We implement softmax. Note that this initial version is defective owing to not using the logsumexp trick.

In [1]:
def log_softmax(x):
    return (x.exp() / (x.exp().sum(-1, keepdim=True))).log()


The division can and should be expressed in terms of logprobs.

In [2]:
def log_softmax(x):
    return x - x.exp().sum(-1, keepdim=True).log()

We implement the logsumexp trick.

In [3]:
def logsumexp(x):
    m = x.max(-1)[0]
    return m + (x-m[:, None]).exp().sum(-1).log()


In [4]:
def log_softmax(x):
    return x - x.logsumexp(-1,keepdim=True)


We run this activation function on our predictions.

In [5]:
from fastai.vision.all import *

pickle_path = URLs.path('mnist_png')/'mnist_png.pkl'
path = untar_data(URLs.MNIST)/'training'

if not pickle_path.exists():
    pickle_path.parent.mkdir(parents=True, exist_ok=True)
    ds = DataBlock(
        blocks = (ImageBlock(PILImageBW), CategoryBlock),
        get_items = get_image_files,
        get_y = parent_label,
        splitter = RandomSplitter(1/6, seed=0)
    ).datasets(path)

    xs, ys = zip(*ds.train, *ds.valid)
    xs = np.stack(L(map(lambda x: np.array(x, dtype=np.float32).reshape(-1), xs))) / 255.
    ys = np.array(ys, dtype=np.int64)

    x_train, x_valid = xs[:len(ds.train)], xs[len(ds.train):]
    y_train, y_valid = ys[:len(ds.train)], ys[len(ds.train):]

    save_pickle(pickle_path, [x_train, y_train, x_valid, y_valid])

    del ds, xs, ys, x_train, y_train, x_valid, y_valid

x_train, y_train, x_valid, y_valid = map(tensor, load_pickle(pickle_path))


In [6]:
class Model(nn.Module):
    def __init__(self, n_in, nh, n_out):
        super().__init__()
        self.layers = [nn.Linear(n_in, nh), nn.ReLU(), nn.Linear(nh, n_out)]
        
    def __call__(self, x):
        for l in self.layers:
            x = l(x)
        return x


In [7]:
n, m = x_train.shape
c = y_train.max() + 1
nh = 50


In [8]:
model = Model(m, nh, c)
pred = model(x_train)
pred.shape


torch.Size([50000, 10])

In [21]:
test_close(logsumexp(pred), pred.logsumexp(-1))
sm_pred = log_softmax(pred)


tensor([-2.3426, -2.3154, -2.2348], grad_fn=<IndexBackward0>)

The cross-entropy loss for 1-hot encoded categories is simply $-\log(p_i)$, where $p_i$ is the probability assigned to the correct label $i$. Therefore we just need to retrieve the appropriate logprob through indexing.
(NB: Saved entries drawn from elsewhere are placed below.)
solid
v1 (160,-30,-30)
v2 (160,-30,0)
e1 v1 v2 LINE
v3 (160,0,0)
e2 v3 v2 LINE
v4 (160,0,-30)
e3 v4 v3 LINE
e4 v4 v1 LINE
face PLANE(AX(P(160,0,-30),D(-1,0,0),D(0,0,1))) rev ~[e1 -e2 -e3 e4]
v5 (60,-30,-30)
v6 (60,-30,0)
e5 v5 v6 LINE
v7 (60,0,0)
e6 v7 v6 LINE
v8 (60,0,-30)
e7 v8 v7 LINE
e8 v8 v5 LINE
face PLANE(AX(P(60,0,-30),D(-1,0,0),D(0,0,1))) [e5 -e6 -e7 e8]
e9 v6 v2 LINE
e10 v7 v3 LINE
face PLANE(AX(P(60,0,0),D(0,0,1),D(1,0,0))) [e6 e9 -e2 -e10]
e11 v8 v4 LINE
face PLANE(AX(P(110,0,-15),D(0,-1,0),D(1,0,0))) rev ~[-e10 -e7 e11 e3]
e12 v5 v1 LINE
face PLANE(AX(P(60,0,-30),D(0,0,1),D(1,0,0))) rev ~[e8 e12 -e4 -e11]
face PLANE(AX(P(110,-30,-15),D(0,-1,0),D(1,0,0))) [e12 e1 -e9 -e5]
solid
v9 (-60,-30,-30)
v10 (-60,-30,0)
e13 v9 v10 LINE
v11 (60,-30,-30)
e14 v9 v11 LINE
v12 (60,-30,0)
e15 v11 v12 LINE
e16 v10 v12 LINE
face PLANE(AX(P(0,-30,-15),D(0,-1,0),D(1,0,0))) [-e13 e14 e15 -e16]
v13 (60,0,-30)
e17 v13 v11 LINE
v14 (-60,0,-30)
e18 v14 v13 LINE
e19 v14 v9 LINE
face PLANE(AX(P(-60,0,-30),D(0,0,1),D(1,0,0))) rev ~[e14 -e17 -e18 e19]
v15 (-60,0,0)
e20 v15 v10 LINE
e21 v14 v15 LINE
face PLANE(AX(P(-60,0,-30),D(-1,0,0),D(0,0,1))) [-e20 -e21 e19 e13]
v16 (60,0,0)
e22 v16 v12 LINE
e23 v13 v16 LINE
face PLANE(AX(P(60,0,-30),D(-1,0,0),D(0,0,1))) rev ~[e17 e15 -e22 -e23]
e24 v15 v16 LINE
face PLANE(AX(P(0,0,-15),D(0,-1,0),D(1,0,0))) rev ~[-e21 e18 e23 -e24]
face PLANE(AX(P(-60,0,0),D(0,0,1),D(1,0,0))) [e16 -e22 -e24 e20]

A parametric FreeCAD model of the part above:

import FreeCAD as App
import Part
import Sketcher
from FreeCAD import Vector

doc = App.newDocument("Part")
body = doc.addObject("PartDesign::Body", "Body")

sketch1 = body.newObject("Sketcher::SketchObject", "Sketch")
sketch1.AttachmentSupport = (doc.getObject("XZ_Plane"), [""])
sketch1.MapMode = "FlatFace"
sketch1.addGeometry([
    Part.LineSegment(Vector(-60, 0, 0), Vector(-60, -30, 0)),
    Part.LineSegment(Vector(-60, -30, 0), Vector(60, -30, 0)),
    Part.LineSegment(Vector(60, -30, 0), Vector(60, 0, 0)),
    Part.LineSegment(Vector(60, 0, 0), Vector(-60, 0, 0)),
], False)
sketch1.addConstraint([
    Sketcher.Constraint("Coincident", 0, 2, 1, 1),
    Sketcher.Constraint("Coincident", 1, 2, 2, 1),
    Sketcher.Constraint("Coincident", 2, 2, 3, 1),
    Sketcher.Constraint("Coincident", 3, 2, 0, 1),
    Sketcher.Constraint("Vertical", 0),
    Sketcher.Constraint("Horizontal", 1),
    Sketcher.Constraint("Vertical", 2),
    Sketcher.Constraint("Horizontal", 3),
    Sketcher.Constraint("Symmetric", 2, 2, 3, 2, -1, 1),
    Sketcher.Constraint("DistanceX", 1, 1, 1, 2, 120.0),
    Sketcher.Constraint("DistanceY", 0, 2, 0, 1, 30.0),
])
pad1 = body.newObject("PartDesign::Pad", "Pad")
pad1.Profile = sketch1
pad1.Length = 30
body2 = doc.addObject("PartDesign::Body", "Body001")

sketch2 = body2.newObject("Sketcher::SketchObject", "Sketch001")
sketch2.AttachmentSupport = (doc.getObject("XZ_Plane001"), [""])
sketch2.MapMode = "FlatFace"
sketch2.addGeometry([
    Part.LineSegment(Vector(60, 0, 0), Vector(60, -30, 0)),
    Part.LineSegment(Vector(60, -30, 0), Vector(160, -30, 0)),
    Part.LineSegment(Vector(160, -30, 0), Vector(160, 0, 0)),
    Part.LineSegment(Vector(160, 0, 0), Vector(60, 0, 0)),
], False)
sketch2.addConstraint([
    Sketcher.Constraint("Coincident", 0, 2, 1, 1),
    Sketcher.Constraint("Coincident", 1, 2, 2, 1),
    Sketcher.Constraint("Coincident", 2, 2, 3, 1),
    Sketcher.Constraint("Coincident", 3, 2, 0, 1),
    Sketcher.Constraint("Vertical", 0),
    Sketcher.Constraint("Horizontal", 1),
    Sketcher.Constraint("Vertical", 2),
    Sketcher.Constraint("Horizontal", 3),
    Sketcher.Constraint("PointOnObject", 2, 2, -1),
    Sketcher.Constraint("DistanceX", 1, 1, 1, 2, 100.0),
    Sketcher.Constraint("DistanceY", 0, 2, 0, 1, 30.0),
    Sketcher.Constraint("DistanceX", -1, 1, 0, 2, 60.0),
])
pad2 = body2.newObject("PartDesign::Pad", "Pad001")
pad2.Profile = sketch2
pad2.Length = 30

doc.recompute()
We demonstrate this for the first three records. Note that we can't use ranges for the `x` coordinate using this method of indexing.

In [22]:
sm_pred[range(3), y_train[:3]]


tensor([-2.3426, -2.3154, -2.2348], grad_fn=<IndexBackward0>)
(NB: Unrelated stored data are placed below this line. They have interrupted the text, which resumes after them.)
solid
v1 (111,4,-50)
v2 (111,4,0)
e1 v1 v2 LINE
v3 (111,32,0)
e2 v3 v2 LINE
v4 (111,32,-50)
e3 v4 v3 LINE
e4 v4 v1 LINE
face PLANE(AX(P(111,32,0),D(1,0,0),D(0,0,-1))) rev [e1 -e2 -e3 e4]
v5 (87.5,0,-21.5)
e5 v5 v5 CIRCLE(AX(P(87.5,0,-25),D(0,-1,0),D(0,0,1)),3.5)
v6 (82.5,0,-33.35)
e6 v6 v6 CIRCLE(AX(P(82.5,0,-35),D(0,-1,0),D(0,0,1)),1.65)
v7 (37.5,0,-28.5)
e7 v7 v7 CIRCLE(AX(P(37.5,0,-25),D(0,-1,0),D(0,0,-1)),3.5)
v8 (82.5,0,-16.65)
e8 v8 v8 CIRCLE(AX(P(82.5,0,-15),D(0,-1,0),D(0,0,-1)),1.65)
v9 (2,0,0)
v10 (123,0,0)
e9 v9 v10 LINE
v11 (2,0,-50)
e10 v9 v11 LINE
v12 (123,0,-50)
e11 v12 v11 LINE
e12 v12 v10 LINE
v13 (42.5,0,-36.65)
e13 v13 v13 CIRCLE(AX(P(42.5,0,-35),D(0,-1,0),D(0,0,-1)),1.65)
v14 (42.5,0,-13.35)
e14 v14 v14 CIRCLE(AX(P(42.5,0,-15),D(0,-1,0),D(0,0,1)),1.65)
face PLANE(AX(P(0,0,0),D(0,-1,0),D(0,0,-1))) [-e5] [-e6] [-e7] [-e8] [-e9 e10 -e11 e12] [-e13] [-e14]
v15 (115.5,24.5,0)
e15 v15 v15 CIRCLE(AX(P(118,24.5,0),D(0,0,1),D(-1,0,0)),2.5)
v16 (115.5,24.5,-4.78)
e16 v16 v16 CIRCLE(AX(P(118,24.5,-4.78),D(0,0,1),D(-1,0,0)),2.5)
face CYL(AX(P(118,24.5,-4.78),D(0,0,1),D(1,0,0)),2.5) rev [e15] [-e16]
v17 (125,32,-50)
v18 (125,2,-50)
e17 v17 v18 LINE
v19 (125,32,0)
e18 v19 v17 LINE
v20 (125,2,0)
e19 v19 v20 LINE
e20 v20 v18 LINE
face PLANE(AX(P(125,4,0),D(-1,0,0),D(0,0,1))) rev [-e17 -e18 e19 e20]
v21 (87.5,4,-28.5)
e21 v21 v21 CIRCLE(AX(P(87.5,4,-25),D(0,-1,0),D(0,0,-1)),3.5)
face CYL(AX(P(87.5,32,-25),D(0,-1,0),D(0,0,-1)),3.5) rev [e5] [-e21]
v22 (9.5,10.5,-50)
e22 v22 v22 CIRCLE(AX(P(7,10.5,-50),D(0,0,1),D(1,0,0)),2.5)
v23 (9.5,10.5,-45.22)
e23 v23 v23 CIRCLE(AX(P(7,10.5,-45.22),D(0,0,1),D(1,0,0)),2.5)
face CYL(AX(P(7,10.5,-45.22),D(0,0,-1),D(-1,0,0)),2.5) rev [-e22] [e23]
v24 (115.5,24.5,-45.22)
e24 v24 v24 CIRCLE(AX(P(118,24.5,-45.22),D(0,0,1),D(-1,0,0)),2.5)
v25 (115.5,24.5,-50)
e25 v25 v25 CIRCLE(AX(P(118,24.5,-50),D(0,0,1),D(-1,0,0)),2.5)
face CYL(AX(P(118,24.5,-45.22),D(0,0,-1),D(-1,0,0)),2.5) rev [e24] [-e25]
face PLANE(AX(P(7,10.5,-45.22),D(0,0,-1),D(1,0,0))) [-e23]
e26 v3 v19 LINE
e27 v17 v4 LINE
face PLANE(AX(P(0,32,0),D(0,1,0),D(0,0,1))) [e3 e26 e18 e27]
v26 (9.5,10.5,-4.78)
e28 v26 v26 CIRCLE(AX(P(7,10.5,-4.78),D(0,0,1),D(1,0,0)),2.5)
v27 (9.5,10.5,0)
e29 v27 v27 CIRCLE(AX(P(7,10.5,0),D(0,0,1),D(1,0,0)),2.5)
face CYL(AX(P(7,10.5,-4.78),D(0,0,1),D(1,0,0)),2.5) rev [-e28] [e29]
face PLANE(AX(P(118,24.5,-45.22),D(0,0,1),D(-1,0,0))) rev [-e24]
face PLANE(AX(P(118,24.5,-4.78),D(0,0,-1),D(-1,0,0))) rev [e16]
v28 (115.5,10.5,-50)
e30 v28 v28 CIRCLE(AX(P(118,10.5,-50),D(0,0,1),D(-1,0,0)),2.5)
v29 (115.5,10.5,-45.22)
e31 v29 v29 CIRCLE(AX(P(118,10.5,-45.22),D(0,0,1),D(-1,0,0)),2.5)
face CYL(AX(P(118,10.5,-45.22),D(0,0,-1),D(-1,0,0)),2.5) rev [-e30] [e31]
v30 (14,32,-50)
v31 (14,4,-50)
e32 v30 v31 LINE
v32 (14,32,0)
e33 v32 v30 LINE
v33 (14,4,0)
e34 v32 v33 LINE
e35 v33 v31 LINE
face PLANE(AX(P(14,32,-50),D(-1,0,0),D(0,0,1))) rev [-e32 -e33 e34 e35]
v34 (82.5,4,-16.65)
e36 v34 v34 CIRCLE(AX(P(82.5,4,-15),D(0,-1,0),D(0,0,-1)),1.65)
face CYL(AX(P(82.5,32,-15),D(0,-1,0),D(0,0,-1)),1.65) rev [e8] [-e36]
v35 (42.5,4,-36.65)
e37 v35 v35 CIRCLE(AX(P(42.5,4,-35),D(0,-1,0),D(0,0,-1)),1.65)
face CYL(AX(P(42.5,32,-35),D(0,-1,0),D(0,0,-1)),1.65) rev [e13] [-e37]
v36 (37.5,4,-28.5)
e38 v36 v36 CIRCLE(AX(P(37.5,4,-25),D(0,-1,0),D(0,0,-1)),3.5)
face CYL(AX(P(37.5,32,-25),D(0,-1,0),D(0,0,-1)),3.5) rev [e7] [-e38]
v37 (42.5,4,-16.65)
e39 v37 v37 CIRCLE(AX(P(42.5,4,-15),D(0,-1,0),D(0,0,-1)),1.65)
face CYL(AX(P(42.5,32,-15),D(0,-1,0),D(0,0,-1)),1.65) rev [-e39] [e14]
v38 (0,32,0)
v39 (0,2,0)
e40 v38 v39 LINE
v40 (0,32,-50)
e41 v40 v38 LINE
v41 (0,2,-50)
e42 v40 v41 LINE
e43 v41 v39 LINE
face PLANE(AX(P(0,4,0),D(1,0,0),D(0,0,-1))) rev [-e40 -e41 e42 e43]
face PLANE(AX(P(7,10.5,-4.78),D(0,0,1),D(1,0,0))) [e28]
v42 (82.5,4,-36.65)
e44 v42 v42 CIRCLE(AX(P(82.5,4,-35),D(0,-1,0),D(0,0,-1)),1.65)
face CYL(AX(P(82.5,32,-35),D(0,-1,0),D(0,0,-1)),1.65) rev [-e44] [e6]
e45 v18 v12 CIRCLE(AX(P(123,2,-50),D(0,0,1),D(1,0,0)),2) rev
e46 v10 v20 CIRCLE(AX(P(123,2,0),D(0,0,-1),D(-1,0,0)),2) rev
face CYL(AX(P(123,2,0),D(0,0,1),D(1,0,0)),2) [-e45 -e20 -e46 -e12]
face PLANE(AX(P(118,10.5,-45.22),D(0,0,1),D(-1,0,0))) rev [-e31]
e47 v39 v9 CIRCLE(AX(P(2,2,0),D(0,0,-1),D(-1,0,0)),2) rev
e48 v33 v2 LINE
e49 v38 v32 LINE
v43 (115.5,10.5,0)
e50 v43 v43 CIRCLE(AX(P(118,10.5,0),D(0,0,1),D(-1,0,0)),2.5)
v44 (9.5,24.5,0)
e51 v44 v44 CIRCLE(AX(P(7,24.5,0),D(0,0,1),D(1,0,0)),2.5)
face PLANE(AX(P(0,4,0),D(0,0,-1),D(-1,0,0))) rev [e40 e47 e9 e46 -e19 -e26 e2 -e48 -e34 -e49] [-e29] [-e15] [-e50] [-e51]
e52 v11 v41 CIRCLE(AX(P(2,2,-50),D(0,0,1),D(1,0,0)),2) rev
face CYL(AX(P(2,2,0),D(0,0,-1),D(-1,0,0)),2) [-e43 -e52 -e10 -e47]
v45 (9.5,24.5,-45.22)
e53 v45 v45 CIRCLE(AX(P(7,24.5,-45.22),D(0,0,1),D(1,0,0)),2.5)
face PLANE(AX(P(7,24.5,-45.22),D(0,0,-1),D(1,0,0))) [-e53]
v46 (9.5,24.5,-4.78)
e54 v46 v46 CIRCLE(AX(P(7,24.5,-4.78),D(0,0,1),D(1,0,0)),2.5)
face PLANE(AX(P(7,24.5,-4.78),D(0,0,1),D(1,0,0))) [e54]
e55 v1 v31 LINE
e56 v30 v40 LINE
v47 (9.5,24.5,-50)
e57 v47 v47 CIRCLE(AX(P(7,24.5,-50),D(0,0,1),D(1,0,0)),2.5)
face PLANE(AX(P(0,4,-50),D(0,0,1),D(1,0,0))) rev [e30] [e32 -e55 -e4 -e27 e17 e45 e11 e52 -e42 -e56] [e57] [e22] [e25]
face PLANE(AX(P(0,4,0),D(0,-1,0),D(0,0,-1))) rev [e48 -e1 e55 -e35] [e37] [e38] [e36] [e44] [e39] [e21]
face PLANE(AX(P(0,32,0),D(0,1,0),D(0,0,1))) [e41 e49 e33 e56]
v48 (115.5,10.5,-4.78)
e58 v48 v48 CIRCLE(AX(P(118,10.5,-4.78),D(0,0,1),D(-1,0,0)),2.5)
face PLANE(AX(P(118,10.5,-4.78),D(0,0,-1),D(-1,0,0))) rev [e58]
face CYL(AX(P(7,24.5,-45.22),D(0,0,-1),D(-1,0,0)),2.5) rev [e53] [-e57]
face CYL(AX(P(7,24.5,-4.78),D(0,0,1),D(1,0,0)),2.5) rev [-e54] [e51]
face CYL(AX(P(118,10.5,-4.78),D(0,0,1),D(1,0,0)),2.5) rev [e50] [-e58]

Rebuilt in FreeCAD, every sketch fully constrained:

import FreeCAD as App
import Part
import Sketcher
from FreeCAD import Vector


def edges_at(feature, points):
    """Names of the edges that pass closest to the given points."""
    edges = feature.Shape.Edges
    near = lambda p: min(range(len(edges)), key=lambda i: edges[i].distToShape(Part.Vertex(*p))[0])
    return sorted({f"Edge{near(p) + 1}" for p in points})


def add_polygon(sketch, points):
    """Adds a closed chain of lines whose ends are joined by coincident constraints."""
    first, n = sketch.GeometryCount, len(points)
    for a, b in zip(points, points[1:] + points[:1]):
        sketch.addGeometry(Part.LineSegment(App.Vector(*a, 0), App.Vector(*b, 0)), False)
    for i in range(n):
        sketch.addConstraint(Sketcher.Constraint("Coincident", first + i, 2, first + (i + 1) % n, 1))

doc = App.newDocument("Part")
params = doc.addObject("Spreadsheet::Sheet", "Params")
for row, (alias, value) in enumerate([
    ("sketch1_width", "125 mm"),
    ("sketch1_height", "50 mm"),
    ("pad1_length", "4 mm"),
    ("sketch2_width", "14 mm"),
    ("sketch2_height", "50 mm"),
    ("pad2_length", "28 mm"),
    ("sketch3_diameter", "5 mm"),
    ("pocket1_length", "4.78 mm"),
    ("sketch4_diameter", "7 mm"),
    ("sketch4_diameter2", "3.3 mm"),
    ("fillet_radius", "2 mm"),
], start=1):
    params.set(f"A{row}", alias)
    params.set(f"B{row}", "=" + value)
    params.setAlias(f"B{row}", alias)

body = doc.addObject("PartDesign::Body", "Body")

# Sketch on XZ plane
sketch1 = doc.addObject("Sketcher::SketchObject", "Sketch")
body.addObject(sketch1)
sketch1.AttachmentSupport = (doc.XZ_Plane, [""])
sketch1.MapMode = "FlatFace"
add_polygon(sketch1, [(0, -50), (0, 0), (125, 0), (125, -50)])  # lines 0-3
sketch1.addConstraint([
    Sketcher.Constraint("Vertical", 0),
    Sketcher.Constraint("Horizontal", 1),
    Sketcher.Constraint("Vertical", 2),
    Sketcher.Constraint("Horizontal", 3),
    Sketcher.Constraint("Coincident", 0, 2, -1, 1),
    Sketcher.Constraint("DistanceX", 1, 1, 1, 2, 125.0),
    Sketcher.Constraint("DistanceY", 0, 1, 0, 2, 50.0),
])
sketch1.setExpression("Constraints[9]", "Params.sketch1_width")
sketch1.setExpression("Constraints[10]", "Params.sketch1_height")
pad1 = doc.addObject("PartDesign::Pad", "Pad")
body.addObject(pad1)
pad1.Profile = sketch1
pad1.setExpression("Length", "Params.pad1_length")
pad1.Reversed = True

# Sketch on XZ plane
sketch2 = doc.addObject("Sketcher::SketchObject", "Sketch001")
body.addObject(sketch2)
sketch2.AttachmentSupport = (doc.XZ_Plane, [""])
sketch2.MapMode = "FlatFace"
sketch2.AttachmentOffset = App.Placement(Vector(0, 0, -4), App.Rotation())
add_polygon(sketch2, [(0, -50), (0, 0), (14, 0), (14, -50)])  # lines 0-3
add_polygon(sketch2, [(111, -50), (111, 0), (125, 0), (125, -50)])  # lines 4-7
sketch2.addConstraint([
    Sketcher.Constraint("Vertical", 0),
    Sketcher.Constraint("Horizontal", 1),
    Sketcher.Constraint("Vertical", 2),
    Sketcher.Constraint("Horizontal", 3),
    Sketcher.Constraint("Vertical", 4),
    Sketcher.Constraint("Horizontal", 5),
    Sketcher.Constraint("Vertical", 6),
    Sketcher.Constraint("Horizontal", 7),
    Sketcher.Constraint("Coincident", 0, 2, -1, 1),
    Sketcher.Constraint("PointOnObject", 4, 2, -1),
    Sketcher.Constraint("Horizontal", 3, 2, 6, 2),
    Sketcher.Constraint("Equal", 3, 5),
    Sketcher.Constraint("DistanceX", 1, 1, 1, 2, 14.0),
    Sketcher.Constraint("DistanceY", 0, 1, 0, 2, 50.0),
    Sketcher.Constraint("DistanceX", -1, 1, 4, 2, 111.0),
])
sketch2.setExpression("Constraints[20]", "Params.sketch2_width")
sketch2.setExpression("Constraints[21]", "Params.sketch2_height")
pad2 = doc.addObject("PartDesign::Pad", "Pad001")
body.addObject(pad2)
pad2.Profile = sketch2
pad2.setExpression("Length", "Params.pad2_length")
pad2.Reversed = True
NLL stands for negative log-likelihood.

In [23]:
def nll(input, target):
    return -input[range(target.shape[0]), target].mean()


In [24]:
loss = nll(sm_pred, y_train)
loss


tensor(2.3101, grad_fn=<NegBackward0>)

We can use PyTorch's implementation as follows

In [26]:
test_close(F.nll_loss(F.log_softmax(pred, -1), y_train), loss, 1e-4)